▶ **The data**:
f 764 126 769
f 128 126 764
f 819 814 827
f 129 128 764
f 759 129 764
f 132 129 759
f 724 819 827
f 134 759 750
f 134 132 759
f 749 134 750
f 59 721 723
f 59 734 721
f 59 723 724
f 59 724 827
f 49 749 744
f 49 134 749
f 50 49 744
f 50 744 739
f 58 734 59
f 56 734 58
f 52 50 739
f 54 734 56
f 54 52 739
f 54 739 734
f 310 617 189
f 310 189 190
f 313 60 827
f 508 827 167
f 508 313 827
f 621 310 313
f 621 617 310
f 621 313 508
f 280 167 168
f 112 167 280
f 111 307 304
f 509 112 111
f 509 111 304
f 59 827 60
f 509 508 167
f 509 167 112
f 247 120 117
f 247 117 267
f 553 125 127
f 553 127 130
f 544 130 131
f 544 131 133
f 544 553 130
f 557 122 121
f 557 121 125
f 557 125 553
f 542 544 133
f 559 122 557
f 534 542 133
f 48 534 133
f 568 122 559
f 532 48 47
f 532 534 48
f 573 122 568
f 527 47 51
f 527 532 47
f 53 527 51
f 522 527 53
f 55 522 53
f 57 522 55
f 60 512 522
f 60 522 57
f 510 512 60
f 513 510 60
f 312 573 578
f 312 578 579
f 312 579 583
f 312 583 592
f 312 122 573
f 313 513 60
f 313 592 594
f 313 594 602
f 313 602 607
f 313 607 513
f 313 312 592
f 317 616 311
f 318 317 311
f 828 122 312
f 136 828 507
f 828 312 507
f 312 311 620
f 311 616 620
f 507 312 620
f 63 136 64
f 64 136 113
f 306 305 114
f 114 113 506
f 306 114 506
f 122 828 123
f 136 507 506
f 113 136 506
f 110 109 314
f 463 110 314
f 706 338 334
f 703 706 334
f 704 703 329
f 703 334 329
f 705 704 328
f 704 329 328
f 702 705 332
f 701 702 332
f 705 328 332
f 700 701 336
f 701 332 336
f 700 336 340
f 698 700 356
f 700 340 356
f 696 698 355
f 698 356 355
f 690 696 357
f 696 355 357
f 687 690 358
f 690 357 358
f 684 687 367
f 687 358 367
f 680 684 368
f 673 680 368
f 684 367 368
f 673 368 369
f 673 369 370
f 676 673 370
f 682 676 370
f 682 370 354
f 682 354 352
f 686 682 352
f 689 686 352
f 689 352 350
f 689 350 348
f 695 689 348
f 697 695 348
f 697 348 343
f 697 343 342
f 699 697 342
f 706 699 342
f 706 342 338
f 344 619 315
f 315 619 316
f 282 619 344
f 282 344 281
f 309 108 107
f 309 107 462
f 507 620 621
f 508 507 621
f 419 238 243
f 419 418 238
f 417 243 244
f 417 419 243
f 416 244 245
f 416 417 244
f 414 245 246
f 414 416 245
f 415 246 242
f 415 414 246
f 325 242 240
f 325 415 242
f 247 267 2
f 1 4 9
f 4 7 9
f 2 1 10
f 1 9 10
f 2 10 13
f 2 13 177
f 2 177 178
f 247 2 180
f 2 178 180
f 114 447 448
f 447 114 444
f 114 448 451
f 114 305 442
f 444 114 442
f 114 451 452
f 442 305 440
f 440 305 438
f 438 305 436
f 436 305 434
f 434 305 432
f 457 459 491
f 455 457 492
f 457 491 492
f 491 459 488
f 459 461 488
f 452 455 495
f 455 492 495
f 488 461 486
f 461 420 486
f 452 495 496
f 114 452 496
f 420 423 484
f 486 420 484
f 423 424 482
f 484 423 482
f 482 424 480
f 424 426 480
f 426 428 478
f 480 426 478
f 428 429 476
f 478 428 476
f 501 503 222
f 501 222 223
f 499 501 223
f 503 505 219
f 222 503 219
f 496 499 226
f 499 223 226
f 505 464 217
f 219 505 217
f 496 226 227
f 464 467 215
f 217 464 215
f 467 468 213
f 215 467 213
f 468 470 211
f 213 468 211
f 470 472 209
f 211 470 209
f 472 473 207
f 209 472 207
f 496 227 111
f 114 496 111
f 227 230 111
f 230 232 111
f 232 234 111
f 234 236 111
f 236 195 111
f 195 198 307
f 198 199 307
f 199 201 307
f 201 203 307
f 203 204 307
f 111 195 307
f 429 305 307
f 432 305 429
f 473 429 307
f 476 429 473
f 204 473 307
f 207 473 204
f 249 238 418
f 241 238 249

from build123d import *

▶ **What the task asks**: Please give back only the lines starting with the one that contains "f 198 199 307" and ending with the last line of the listing, retyped exactly.

▶ **Completed exercise**:
f 198 199 307
f 199 201 307
f 201 203 307
f 203 204 307
f 111 195 307
f 429 305 307
f 432 305 429
f 473 429 307
f 476 429 473
f 204 473 307
f 207 473 204
f 249 238 418
f 241 238 249

from build123d import *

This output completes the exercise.